Oral carcinogenesis is a multistep process in which clinically recognizable prestages (leukoplakia and erythroplakia) occasionally occur [1]. Head and neck squamous cell cancer (HNSCC) is often associated with widespread epithelial histopathological alterations and despite successful treatment of a primary head and neck cancer, there is a high likelihood of occurrence of a second primary tumor similarly as seen in cases of upper aerodigestive tract and lung cancers [2]. These observations led Slaughter et at [3] to propose the concept of “field cancerization”; the hypothesis that there are carcinogen-induced changes throughout the mucosa of the upper aerodigestive tract of head and neck cancer patients.

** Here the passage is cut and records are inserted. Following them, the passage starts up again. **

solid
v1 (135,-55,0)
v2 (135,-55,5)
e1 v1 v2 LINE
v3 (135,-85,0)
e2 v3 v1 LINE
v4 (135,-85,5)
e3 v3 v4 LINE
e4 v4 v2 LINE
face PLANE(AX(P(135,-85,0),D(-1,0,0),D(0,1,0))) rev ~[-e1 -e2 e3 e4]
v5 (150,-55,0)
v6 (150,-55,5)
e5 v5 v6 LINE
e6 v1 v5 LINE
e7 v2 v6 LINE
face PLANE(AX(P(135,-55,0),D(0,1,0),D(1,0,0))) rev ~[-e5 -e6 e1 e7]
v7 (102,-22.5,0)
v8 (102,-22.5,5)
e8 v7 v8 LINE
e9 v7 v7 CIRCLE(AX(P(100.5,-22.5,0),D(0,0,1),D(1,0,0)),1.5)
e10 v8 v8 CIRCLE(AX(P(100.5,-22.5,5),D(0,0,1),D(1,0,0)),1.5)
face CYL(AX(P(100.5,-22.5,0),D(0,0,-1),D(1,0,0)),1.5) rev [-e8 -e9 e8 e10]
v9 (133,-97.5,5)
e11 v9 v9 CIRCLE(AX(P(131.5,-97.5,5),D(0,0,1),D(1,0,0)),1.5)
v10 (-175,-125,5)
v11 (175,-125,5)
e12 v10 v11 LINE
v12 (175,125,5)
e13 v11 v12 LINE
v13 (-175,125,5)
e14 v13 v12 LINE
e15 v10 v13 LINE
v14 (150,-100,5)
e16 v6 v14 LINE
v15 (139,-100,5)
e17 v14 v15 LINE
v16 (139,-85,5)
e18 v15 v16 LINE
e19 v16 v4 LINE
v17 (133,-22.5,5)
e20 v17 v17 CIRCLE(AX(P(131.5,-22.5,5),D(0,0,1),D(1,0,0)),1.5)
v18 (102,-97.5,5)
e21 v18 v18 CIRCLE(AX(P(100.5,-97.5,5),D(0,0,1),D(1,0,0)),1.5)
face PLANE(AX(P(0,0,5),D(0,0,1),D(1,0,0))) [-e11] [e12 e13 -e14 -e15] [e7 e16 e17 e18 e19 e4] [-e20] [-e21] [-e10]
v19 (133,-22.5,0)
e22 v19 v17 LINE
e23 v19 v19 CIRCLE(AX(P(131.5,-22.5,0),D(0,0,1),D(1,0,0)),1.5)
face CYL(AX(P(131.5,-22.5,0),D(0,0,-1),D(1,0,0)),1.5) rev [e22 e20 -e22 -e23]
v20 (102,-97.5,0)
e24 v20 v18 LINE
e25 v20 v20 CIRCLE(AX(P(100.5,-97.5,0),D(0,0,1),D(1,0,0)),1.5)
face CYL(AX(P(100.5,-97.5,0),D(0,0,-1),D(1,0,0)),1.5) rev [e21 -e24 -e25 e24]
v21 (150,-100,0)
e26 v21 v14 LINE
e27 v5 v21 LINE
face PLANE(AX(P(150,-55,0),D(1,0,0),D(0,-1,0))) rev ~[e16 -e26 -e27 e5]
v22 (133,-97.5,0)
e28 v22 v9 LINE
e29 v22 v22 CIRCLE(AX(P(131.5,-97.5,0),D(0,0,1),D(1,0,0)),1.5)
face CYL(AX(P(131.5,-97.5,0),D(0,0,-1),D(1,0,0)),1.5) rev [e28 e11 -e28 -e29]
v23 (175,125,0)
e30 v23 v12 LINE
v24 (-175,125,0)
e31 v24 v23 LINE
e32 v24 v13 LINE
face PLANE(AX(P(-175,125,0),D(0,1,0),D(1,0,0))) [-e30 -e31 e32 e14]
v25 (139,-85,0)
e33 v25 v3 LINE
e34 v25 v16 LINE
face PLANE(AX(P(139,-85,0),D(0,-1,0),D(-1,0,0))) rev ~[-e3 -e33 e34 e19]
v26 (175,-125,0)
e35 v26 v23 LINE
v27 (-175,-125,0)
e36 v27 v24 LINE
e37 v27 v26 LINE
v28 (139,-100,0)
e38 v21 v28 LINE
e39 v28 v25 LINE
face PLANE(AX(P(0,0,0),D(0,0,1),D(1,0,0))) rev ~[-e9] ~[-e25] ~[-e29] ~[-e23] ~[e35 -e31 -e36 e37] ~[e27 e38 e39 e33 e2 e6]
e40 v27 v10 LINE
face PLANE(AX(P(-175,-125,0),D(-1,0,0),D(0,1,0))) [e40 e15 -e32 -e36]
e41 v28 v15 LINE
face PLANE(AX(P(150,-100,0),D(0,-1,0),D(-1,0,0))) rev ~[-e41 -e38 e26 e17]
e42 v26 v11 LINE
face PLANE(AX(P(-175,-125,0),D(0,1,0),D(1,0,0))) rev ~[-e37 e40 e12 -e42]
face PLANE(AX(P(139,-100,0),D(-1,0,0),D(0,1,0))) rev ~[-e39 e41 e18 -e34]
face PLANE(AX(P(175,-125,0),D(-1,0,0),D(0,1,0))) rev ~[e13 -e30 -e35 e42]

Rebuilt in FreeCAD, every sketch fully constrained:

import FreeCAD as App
import Part
import Sketcher
from FreeCAD import Vector
Q = App.Units.Quantity

doc = App.newDocument("Part")
body = doc.addObject("PartDesign::Body", "Body")

# Sketch on XY plane
sketch1 = doc.addObject("Sketcher::SketchObject", "Sketch")
body.addObject(sketch1)
sketch1.AttachmentSupport = (doc.XY_Plane, [""])
sketch1.MapMode = "FlatFace"
sketch1.addGeometry([
    Part.LineSegment(Vector(-175, 125, 0), Vector(-175, -125, 0)),  # 0
    Part.LineSegment(Vector(-175, -125, 0), Vector(175, -125, 0)),  # 1
    Part.LineSegment(Vector(175, -125, 0), Vector(175, 125, 0)),  # 2
    Part.LineSegment(Vector(175, 125, 0), Vector(-175, 125, 0)),  # 3
    Part.Circle(Vector(100.5, -97.5, 0), Vector(0, 0, 1), 1.5),  # 4
    Part.Circle(Vector(131.5, -97.5, 0), Vector(0, 0, 1), 1.5),  # 5
    Part.LineSegment(Vector(139, -85, 0), Vector(135, -85, 0)),  # 6
    Part.LineSegment(Vector(135, -85, 0), Vector(135, -55, 0)),  # 7
    Part.LineSegment(Vector(135, -55, 0), Vector(150, -55, 0)),  # 8
    Part.LineSegment(Vector(150, -55, 0), Vector(150, -100, 0)),  # 9
    Part.LineSegment(Vector(150, -100, 0), Vector(139, -100, 0)),  # 10
    Part.LineSegment(Vector(139, -100, 0), Vector(139, -85, 0)),  # 11
    Part.Circle(Vector(100.5, -22.5, 0), Vector(0, 0, 1), 1.5),  # 12
    Part.Circle(Vector(131.5, -22.5, 0), Vector(0, 0, 1), 1.5),  # 13
], False)
sketch1.addConstraint([
    Sketcher.Constraint("Coincident", 0, 2, 1, 1),
    Sketcher.Constraint("Coincident", 1, 2, 2, 1),
    Sketcher.Constraint("Coincident", 2, 2, 3, 1),
    Sketcher.Constraint("Coincident", 3, 2, 0, 1),
    Sketcher.Constraint("Coincident", 6, 2, 7, 1),
    Sketcher.Constraint("Coincident", 7, 2, 8, 1),
    Sketcher.Constraint("Coincident", 8, 2, 9, 1),
    Sketcher.Constraint("Coincident", 9, 2, 10, 1),
    Sketcher.Constraint("Coincident", 10, 2, 11, 1),
    Sketcher.Constraint("Coincident", 11, 2, 6, 1),
    Sketcher.Constraint("Vertical", 0),
    Sketcher.Constraint("Horizontal", 1),
    Sketcher.Constraint("Vertical", 2),
    Sketcher.Constraint("Horizontal", 3),
    Sketcher.Constraint("Horizontal", 6),
    Sketcher.Constraint("Vertical", 7),
    Sketcher.Constraint("Horizontal", 8),
    Sketcher.Constraint("Vertical", 9),
    Sketcher.Constraint("Horizontal", 10),
    Sketcher.Constraint("Vertical", 11),
    Sketcher.Constraint("Equal", 4, 5),
    Sketcher.Constraint("Equal", 5, 12),
    Sketcher.Constraint("Equal", 12, 13),
    Sketcher.Constraint("Symmetric", 0, 2, 2, 2, -1, 1),
    Sketcher.Constraint("Horizontal", 4, 3, 5, 3),
    Sketcher.Constraint("Horizontal", 12, 3, 13, 3),
    Sketcher.Constraint("Vertical", 4, 3, 12, 3),
    Sketcher.Constraint("Vertical", 5, 3, 13, 3),
    Sketcher.Constraint("Equal", 8, 11),
    Sketcher.Constraint("Diameter", 4, Q("3 mm")),
    Sketcher.Constraint("DistanceX", 1, 1, 1, 2, Q("350 mm")),
    Sketcher.Constraint("DistanceX", 6, 2, 6, 1, Q("4 mm")),
    Sketcher.Constraint("DistanceX", 8, 1, 8, 2, Q("15 mm")),
    Sketcher.Constraint("DistanceY", 0, 2, 0, 1, Q("250 mm")),
    Sketcher.Constraint("DistanceY", 7, 1, 7, 2, Q("30 mm")),
    Sketcher.Constraint("DistanceX", -1, 1, 6, 2, Q("135 mm")),
    Sketcher.Constraint("DistanceY", 6, 2, -1, 1, Q("85 mm")),
    Sketcher.Constraint("DistanceX", 4, 3, 5, 3, Q("31 mm")),
    Sketcher.Constraint("DistanceY", 4, 3, 12, 3, Q("75 mm")),
    Sketcher.Constraint("DistanceX", -1, 1, 4, 3, Q("100.5 mm")),
    Sketcher.Constraint("DistanceY", 4, 3, -1, 1, Q("97.5 mm")),
])
pad1 = doc.addObject("PartDesign::Pad", "Pad")
body.addObject(pad1)
pad1.Profile = sketch1
pad1.Length = 5

doc.recompute()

Originally, it was thought that all second primary tumors develop independently after widespread epithelial exposure to carcinogens [3]. In contrast, several other reports suggested that at least a proportion of second primary tumors in HNSCC patients have arisen from one clonal cell population which is excepted presently [4, 5]. Various mechanisms have been proposed to explain this proposed common clonal origin of second primary tumors such as shedding of premalignant cells into the saliva and implantation at other sites [4, 6] or lateral migration of isolated premalignant cells [4, 5]. Braakhuis et al. [7] proposed the patch field carcinoma model to explain progression of genetically altered stem cell to carcinoma in normal oral mucosa. This genetically altered clone of cell expands laterally even greater than 7 cm in diameter [7]. With further more genetic hits in the predisposed area malignant transformation might happen at different areas of hits, which explain the concept of second primary tumor. Accumulation of mutations in oncogenes and tumor suppressor genes is a major genetic molecular mechanism of tumor development. Among the tumor suppressor genes, inactivation of the p53 gene is one of the most frequent events [8]. Thus the aim of the present study was to evaluate the concept of field cancerization using p53 as a marker of field change in a case of patient who presented with multiple lesions ranging from premalignancy to malignant oral squamous cell carcinoma.